Now that finding bosses often involves following a linear string of objective markers, boss battles themselves usually involve shooting a guy in a robot suit in a very specific way and certain tasks have to done in a certain order before you can make real progress towards your goals the game far more rigid and limited in possibilities than its predecessor. Without meaning or reason to any of this other than clearing a videogame stage to unlock the next one a game design that previously felt empowering now feels like a grind to clear a specific number of repetitive tasks and shoot an allocated amount of dudes.

When viewed in a vacuum there are various elements of Crackdown 3 that are superior to the original. The shooting and driving are a lot tighter, the air dash is radical and there’s a lot of fun you can have with some of the goofy physics and arsenal of weaponry.

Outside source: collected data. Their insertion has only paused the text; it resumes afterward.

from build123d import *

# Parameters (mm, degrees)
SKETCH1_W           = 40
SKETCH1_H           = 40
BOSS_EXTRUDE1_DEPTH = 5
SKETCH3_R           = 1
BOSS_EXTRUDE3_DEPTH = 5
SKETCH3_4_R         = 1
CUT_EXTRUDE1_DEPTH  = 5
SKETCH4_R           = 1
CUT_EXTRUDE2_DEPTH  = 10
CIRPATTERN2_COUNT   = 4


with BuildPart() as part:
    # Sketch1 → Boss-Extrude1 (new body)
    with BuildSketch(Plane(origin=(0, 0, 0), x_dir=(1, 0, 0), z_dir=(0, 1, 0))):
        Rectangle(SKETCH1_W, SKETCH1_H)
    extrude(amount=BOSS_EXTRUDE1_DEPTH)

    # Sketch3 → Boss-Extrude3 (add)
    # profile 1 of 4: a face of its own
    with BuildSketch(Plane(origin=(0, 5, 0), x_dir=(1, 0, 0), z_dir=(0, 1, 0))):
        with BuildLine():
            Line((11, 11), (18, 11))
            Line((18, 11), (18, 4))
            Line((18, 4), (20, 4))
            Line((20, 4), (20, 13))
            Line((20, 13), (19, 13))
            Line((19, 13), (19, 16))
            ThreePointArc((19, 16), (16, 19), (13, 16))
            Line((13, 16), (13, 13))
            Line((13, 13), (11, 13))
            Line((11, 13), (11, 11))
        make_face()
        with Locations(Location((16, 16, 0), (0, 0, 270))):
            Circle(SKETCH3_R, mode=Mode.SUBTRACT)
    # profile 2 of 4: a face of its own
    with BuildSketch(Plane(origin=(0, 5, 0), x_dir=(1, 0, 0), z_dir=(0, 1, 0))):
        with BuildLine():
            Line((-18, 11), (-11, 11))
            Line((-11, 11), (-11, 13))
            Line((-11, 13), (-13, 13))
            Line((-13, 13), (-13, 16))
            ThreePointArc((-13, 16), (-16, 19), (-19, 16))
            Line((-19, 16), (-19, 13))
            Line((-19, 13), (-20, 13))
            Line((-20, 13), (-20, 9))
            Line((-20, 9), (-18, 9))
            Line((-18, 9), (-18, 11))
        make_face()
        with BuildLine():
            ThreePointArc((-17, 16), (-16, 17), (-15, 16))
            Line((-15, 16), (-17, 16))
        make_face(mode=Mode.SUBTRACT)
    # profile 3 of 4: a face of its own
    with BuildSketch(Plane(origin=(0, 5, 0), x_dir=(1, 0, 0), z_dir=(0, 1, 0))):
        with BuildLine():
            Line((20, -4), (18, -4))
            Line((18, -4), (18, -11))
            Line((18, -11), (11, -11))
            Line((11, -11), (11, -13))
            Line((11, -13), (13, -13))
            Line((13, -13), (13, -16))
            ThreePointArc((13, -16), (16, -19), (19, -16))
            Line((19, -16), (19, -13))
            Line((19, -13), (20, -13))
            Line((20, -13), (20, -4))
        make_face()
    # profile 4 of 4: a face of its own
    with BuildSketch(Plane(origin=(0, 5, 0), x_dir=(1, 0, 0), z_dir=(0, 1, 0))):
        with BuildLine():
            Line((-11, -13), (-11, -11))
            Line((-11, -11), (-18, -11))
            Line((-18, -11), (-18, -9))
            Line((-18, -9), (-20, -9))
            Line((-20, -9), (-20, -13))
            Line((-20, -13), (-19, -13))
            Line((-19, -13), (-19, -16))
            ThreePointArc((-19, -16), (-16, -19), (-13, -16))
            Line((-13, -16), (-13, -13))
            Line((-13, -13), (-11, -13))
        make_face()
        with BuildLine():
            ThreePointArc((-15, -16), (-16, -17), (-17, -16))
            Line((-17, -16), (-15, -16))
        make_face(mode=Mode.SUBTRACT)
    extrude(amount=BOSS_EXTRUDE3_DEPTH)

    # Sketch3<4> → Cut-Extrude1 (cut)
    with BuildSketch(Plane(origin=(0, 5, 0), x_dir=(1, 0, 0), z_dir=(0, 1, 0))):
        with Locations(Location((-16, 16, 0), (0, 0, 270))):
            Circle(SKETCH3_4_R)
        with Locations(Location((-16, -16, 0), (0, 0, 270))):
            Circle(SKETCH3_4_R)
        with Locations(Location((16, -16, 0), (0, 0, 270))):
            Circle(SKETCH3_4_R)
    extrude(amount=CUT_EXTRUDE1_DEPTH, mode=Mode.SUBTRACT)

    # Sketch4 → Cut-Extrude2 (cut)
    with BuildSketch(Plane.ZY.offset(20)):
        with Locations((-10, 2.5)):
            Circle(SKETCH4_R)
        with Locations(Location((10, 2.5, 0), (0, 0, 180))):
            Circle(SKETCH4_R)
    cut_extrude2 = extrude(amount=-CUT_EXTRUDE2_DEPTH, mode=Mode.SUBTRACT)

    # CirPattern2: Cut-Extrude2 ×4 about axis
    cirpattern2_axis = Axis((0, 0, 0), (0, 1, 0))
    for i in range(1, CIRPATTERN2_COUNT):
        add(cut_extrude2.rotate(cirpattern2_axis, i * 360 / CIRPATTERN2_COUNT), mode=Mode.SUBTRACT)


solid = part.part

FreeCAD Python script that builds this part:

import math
import FreeCAD as App
import Part
import Sketcher

V = App.Vector


def add_polygon(sketch, points):
    """Adds a closed chain of lines whose ends are joined by coincident constraints."""
    first, n = sketch.GeometryCount, len(points)
    for a, b in zip(points, points[1:] + points[:1]):
        sketch.addGeometry(Part.LineSegment(App.Vector(*a, 0), App.Vector(*b, 0)), False)
    for i in range(n):
        sketch.addConstraint(Sketcher.Constraint("Coincident", first + i, 2, first + (i + 1) % n, 1))

doc = App.newDocument("Part")
body = doc.addObject("PartDesign::Body", "Body")

# Sketch on XZ plane
sketch1 = body.newObject("Sketcher::SketchObject", "Sketch")
sketch1.AttachmentSupport = (doc.getObject("XZ_Plane"), [""])
sketch1.MapMode = "FlatFace"
add_polygon(sketch1, [(-20, -20), (-20, 20), (20, 20), (20, -20)])  # lines 0-3
sketch1.addConstraint([
    Sketcher.Constraint("Vertical", 0),
    Sketcher.Constraint("Horizontal", 1),
    Sketcher.Constraint("Vertical", 2),
    Sketcher.Constraint("Horizontal", 3),
    Sketcher.Constraint("Symmetric", 0, 2, 2, 2, -1, 1),
    Sketcher.Constraint("Equal", 3, 0),
    Sketcher.Constraint("DistanceX", 1, 1, 1, 2, 40.0),
])
pad1 = body.newObject("PartDesign::Pad", "Pad")
pad1.Profile = sketch1
pad1.Length = 5
pad1.Reversed = True

# Sketch on XZ plane
sketch2 = body.newObject("Sketcher::SketchObject", "Sketch001")
sketch2.AttachmentSupport = (doc.getObject("XZ_Plane"), [""])
sketch2.MapMode = "FlatFace"
sketch2.AttachmentOffset = App.Placement(V(0, 0, -5), App.Rotation())
sketch2.addGeometry([
    Part.LineSegment(V(11, -11, 0), V(18, -11, 0)),  # 0
    Part.LineSegment(V(18, -11, 0), V(18, -4, 0)),  # 1
    Part.LineSegment(V(18, -4, 0), V(20, -4, 0)),  # 2
    Part.LineSegment(V(20, -4, 0), V(20, -13, 0)),  # 3
    Part.LineSegment(V(20, -13, 0), V(19, -13, 0)),  # 4
    Part.LineSegment(V(19, -13, 0), V(19, -16, 0)),  # 5
    Part.ArcOfCircle(Part.Circle(V(16, -16, 0), V(0, 0, 1), 3), math.radians(180), math.radians(360)),  # 6
    Part.LineSegment(V(13, -16, 0), V(13, -13, 0)),  # 7
    Part.LineSegment(V(13, -13, 0), V(11, -13, 0)),  # 8
    Part.LineSegment(V(11, -13, 0), V(11, -11, 0)),  # 9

However, there are no such thing as inherently good game mechanics, and mechanical analysis is only effective when you’re reading the full sentences formed out of these verbs. Crackdown 3 may feature repetition of explosions and shootouts at a similar rate to the original, but it’s a much more tedious game overall because it fails to contextualize these actions in a manner that makes it feel like you’re not doing them for their own sake.

Crackdown 3 is by no means a terrible game. After the initial post-release disappointment dies down it wouldn’t be surprising if it ends up finding a decent audience. It’s already available on Xbox Game Pass, it’s fun enough on a micro level and brainless enough in structure to be a good podcast game* and many will find its somewhat throwback design a refreshing change of pace from other recent open world titles. It’s not going to be anyone’s favorite game though, and it’s not going to be remembered as fondly nor revisited as much as the original Crackdown because the game isn’t about anything and none of its elements add up to anything meaningful. It’s a time waster that doesn’t do anything well enough to absorb you into its themes, setting or design structure, but doesn’t do anything annoying enough to block you off from indulging in its fun enough action mechanics. You keep playing Crackdown 3 because you loved Crackdown, and Crackdown 3 doesn’t stop you because Crackdown 3 doesn’t really care.

Follow me on Twitter here, it’s the only context where you’re allowed to do that!

*Full Disclosure: after the headache inducing first hour of the game and the fact that in this entry you’re working with two organisations which means you have two people narrating over everything you do which is incredibly obnoxious I played the entirety of the rest of the game with the sound off and subtitles on. I recommend giving Crackdown 3 a try if you have an active Game Pass subscription but only on the grounds that you also do this and put on some background noise, hearing people getting confused over the plot of Yakuza 4 has way more intellectual merit that any sound effect, music or line of dialogue in this game.